WHAT THIS TASK INVOLVES: Give back exactly the lines of the material below that start at the line containing "#79=DIRECTION('',(-1.,0.,0.));" and end at the line containing "#87=EDGE_CURVE('',#78,#85,#86,.T.);", and no others.

##############################

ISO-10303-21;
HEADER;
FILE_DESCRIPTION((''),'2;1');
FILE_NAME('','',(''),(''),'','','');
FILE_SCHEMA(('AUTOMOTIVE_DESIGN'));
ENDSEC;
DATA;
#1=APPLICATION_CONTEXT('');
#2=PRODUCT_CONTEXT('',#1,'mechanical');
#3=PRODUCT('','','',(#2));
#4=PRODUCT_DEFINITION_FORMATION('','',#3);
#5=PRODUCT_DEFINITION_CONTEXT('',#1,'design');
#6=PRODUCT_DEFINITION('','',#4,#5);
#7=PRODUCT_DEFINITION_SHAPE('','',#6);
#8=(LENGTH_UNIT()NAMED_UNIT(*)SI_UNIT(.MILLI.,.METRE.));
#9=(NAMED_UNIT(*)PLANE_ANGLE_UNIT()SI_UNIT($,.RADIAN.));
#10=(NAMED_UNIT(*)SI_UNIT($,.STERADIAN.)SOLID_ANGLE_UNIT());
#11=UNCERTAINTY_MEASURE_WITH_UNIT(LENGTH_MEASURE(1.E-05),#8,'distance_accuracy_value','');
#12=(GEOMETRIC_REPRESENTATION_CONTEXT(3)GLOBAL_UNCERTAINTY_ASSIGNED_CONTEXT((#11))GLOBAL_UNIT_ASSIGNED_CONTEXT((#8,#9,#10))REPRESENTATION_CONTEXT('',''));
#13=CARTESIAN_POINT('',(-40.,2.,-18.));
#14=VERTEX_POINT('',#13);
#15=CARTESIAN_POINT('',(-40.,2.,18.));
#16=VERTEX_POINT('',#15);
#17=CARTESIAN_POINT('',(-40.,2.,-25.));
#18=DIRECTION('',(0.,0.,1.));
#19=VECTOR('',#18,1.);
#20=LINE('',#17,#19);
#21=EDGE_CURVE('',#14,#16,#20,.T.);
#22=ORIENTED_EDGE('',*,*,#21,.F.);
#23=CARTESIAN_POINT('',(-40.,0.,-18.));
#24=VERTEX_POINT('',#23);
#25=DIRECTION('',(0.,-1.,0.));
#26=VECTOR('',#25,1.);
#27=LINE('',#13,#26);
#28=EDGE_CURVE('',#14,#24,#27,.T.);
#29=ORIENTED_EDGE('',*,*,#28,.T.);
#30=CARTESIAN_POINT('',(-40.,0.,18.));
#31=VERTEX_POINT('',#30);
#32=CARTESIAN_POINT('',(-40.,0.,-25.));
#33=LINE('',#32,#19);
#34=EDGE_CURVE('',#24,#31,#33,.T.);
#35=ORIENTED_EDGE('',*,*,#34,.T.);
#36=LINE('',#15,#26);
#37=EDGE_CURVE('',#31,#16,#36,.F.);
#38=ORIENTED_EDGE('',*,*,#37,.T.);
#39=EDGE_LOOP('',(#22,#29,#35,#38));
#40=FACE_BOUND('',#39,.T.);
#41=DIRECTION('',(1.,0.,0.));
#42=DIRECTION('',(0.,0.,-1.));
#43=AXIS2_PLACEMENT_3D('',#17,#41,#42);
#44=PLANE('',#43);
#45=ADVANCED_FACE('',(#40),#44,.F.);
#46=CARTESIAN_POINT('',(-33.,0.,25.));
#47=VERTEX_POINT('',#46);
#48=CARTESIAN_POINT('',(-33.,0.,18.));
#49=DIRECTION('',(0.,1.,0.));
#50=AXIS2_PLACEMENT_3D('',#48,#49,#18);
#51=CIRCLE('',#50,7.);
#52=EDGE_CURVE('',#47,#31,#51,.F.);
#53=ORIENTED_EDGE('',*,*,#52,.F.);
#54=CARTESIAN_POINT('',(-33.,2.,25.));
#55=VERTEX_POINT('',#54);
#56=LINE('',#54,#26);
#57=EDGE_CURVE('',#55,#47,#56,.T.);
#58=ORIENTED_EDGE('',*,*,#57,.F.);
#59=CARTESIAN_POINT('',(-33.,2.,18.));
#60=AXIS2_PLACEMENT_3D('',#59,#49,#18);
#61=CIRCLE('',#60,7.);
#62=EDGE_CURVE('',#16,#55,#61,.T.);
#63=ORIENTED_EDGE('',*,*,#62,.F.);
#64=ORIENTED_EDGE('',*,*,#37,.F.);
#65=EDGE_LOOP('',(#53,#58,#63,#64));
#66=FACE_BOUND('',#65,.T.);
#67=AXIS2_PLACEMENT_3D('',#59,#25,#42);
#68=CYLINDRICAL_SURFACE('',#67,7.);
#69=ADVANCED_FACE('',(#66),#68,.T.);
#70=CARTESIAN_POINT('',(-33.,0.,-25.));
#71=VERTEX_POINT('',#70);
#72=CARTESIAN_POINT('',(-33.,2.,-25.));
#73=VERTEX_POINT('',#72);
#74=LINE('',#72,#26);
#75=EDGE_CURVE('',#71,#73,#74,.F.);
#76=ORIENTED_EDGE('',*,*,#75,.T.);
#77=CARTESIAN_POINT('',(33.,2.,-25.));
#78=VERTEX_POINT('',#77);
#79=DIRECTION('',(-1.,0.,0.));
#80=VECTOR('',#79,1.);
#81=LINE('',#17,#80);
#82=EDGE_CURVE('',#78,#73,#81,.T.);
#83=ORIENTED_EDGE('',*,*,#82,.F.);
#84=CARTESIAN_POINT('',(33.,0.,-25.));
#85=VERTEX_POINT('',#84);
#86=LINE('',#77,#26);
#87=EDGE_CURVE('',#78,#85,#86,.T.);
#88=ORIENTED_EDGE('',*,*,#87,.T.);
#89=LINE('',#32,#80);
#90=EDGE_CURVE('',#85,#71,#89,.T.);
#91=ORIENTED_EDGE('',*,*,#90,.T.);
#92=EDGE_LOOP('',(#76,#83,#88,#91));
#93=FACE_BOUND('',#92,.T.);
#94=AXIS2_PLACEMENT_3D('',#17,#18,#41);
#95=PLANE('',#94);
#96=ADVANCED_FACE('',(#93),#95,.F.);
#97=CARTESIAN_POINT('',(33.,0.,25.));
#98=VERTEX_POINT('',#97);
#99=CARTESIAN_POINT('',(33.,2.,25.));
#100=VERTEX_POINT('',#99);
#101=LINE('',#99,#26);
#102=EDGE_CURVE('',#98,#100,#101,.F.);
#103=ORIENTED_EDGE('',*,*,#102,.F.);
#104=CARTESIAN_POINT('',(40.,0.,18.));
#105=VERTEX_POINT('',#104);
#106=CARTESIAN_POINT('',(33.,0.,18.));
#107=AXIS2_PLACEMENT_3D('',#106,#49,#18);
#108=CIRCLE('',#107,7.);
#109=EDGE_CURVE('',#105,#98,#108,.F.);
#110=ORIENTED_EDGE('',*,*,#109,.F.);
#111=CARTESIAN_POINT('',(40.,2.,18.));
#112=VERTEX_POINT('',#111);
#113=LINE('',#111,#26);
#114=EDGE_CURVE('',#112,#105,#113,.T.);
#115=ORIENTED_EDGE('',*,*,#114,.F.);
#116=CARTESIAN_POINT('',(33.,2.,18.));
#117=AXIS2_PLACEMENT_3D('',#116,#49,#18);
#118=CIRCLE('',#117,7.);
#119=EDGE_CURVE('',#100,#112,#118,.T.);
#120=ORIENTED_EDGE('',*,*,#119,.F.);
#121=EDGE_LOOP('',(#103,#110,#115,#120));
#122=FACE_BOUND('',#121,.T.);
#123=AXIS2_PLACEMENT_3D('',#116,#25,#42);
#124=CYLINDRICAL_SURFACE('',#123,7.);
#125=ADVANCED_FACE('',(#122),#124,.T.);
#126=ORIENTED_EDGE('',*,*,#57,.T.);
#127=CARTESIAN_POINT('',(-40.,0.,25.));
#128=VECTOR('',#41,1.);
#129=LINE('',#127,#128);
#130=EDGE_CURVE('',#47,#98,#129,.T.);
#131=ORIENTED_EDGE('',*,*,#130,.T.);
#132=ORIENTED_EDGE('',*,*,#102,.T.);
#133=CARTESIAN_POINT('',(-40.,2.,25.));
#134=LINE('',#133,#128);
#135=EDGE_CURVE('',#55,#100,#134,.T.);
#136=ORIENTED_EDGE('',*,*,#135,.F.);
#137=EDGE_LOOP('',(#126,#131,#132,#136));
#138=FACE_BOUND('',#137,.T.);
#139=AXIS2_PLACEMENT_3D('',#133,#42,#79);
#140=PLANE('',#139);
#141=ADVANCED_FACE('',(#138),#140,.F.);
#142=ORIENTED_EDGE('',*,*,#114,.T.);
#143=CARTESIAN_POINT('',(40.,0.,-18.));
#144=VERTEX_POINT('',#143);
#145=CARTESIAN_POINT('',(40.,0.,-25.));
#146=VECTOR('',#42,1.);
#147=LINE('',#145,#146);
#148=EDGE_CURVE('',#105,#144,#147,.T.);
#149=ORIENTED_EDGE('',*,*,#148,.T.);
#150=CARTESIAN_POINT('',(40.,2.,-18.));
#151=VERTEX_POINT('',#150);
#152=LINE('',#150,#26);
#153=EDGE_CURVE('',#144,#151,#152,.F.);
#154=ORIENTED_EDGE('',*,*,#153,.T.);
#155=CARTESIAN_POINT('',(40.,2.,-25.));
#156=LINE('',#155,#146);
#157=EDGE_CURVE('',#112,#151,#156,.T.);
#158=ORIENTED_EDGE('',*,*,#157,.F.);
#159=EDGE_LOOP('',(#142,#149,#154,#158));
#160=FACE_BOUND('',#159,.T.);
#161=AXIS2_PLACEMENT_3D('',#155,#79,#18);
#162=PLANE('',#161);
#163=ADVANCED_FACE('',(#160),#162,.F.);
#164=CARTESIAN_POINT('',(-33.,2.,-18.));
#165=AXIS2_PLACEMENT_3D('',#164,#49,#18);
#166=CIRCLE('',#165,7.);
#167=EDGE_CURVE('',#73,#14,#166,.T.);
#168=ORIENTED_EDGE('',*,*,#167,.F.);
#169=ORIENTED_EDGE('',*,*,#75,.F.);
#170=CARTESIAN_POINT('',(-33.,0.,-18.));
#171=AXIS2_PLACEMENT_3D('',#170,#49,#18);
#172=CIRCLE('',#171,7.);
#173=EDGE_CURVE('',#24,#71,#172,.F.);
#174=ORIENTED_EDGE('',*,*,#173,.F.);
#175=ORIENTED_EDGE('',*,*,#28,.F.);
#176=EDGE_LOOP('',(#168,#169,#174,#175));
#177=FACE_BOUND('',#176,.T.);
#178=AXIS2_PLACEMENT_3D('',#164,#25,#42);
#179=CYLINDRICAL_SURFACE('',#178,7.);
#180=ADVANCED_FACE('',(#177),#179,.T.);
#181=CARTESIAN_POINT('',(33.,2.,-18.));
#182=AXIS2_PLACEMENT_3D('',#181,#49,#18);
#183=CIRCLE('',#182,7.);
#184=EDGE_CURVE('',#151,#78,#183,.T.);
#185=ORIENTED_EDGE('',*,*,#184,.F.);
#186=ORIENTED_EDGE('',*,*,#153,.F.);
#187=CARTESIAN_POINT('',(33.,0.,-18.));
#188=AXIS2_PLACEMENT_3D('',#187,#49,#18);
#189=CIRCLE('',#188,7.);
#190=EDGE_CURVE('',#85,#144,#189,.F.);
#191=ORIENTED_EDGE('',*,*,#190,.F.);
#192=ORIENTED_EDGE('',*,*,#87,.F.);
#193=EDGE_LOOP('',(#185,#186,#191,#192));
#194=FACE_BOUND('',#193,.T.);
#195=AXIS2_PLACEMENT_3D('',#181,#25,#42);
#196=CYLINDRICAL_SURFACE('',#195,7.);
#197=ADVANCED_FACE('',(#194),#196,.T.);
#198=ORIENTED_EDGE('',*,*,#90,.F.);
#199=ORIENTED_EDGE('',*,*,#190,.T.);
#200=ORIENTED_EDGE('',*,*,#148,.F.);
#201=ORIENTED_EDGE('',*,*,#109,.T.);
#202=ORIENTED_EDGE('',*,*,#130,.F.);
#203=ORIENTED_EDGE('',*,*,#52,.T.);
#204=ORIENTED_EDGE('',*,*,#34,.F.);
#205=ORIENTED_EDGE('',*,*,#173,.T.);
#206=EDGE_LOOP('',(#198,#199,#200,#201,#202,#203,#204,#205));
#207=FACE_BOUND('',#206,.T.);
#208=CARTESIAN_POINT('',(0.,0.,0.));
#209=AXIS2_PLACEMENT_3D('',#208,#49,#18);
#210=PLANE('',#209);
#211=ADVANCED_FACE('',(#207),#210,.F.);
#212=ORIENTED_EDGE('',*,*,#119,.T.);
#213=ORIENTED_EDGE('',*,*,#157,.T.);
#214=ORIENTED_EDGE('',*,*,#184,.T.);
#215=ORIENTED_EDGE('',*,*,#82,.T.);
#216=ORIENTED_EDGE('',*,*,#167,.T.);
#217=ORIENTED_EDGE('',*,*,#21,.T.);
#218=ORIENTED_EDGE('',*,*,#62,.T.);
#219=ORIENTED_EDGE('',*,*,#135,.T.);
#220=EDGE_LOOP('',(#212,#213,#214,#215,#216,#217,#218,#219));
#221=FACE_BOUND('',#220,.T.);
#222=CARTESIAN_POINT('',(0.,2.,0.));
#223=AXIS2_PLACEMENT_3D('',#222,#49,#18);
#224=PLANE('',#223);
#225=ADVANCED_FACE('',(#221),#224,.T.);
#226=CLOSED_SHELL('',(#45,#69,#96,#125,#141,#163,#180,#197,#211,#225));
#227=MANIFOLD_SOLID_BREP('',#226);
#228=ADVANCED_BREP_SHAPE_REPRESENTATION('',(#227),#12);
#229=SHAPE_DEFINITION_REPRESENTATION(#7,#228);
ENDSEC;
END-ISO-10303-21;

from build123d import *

# Parameters (mm, degrees)
SKETCH1_W           = 80
SKETCH1_H           = 50
BOSS_EXTRUDE1_DEPTH = 2
FILLET1_R           = 7


with BuildPart() as part:
    # Sketch1 → Boss-Extrude1 (new body)
    with BuildSketch(Plane(origin=(0, 0, 0), x_dir=(1, 0, 0), z_dir=(0, 1, 0))):
        Rectangle(SKETCH1_W, SKETCH1_H)
    extrude(amount=BOSS_EXTRUDE1_DEPTH)

    # Fillet1
    fillet1_edges = [part.edges().sort_by_distance(p)[0] for p in [
        (40, 1, 25),
        (-40, 1, 25),
        (-40, 1, -25),
        (40, 1, -25),
    ]]
    fillet(fillet1_edges, radius=FILLET1_R)


solid = part.part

##############################

SOLUTION TO THIS TASK:
#79=DIRECTION('',(-1.,0.,0.));
#80=VECTOR('',#79,1.);
#81=LINE('',#17,#80);
#82=EDGE_CURVE('',#78,#73,#81,.T.);
#83=ORIENTED_EDGE('',*,*,#82,.F.);
#84=CARTESIAN_POINT('',(33.,0.,-25.));
#85=VERTEX_POINT('',#84);
#86=LINE('',#77,#26);
#87=EDGE_CURVE('',#78,#85,#86,.T.);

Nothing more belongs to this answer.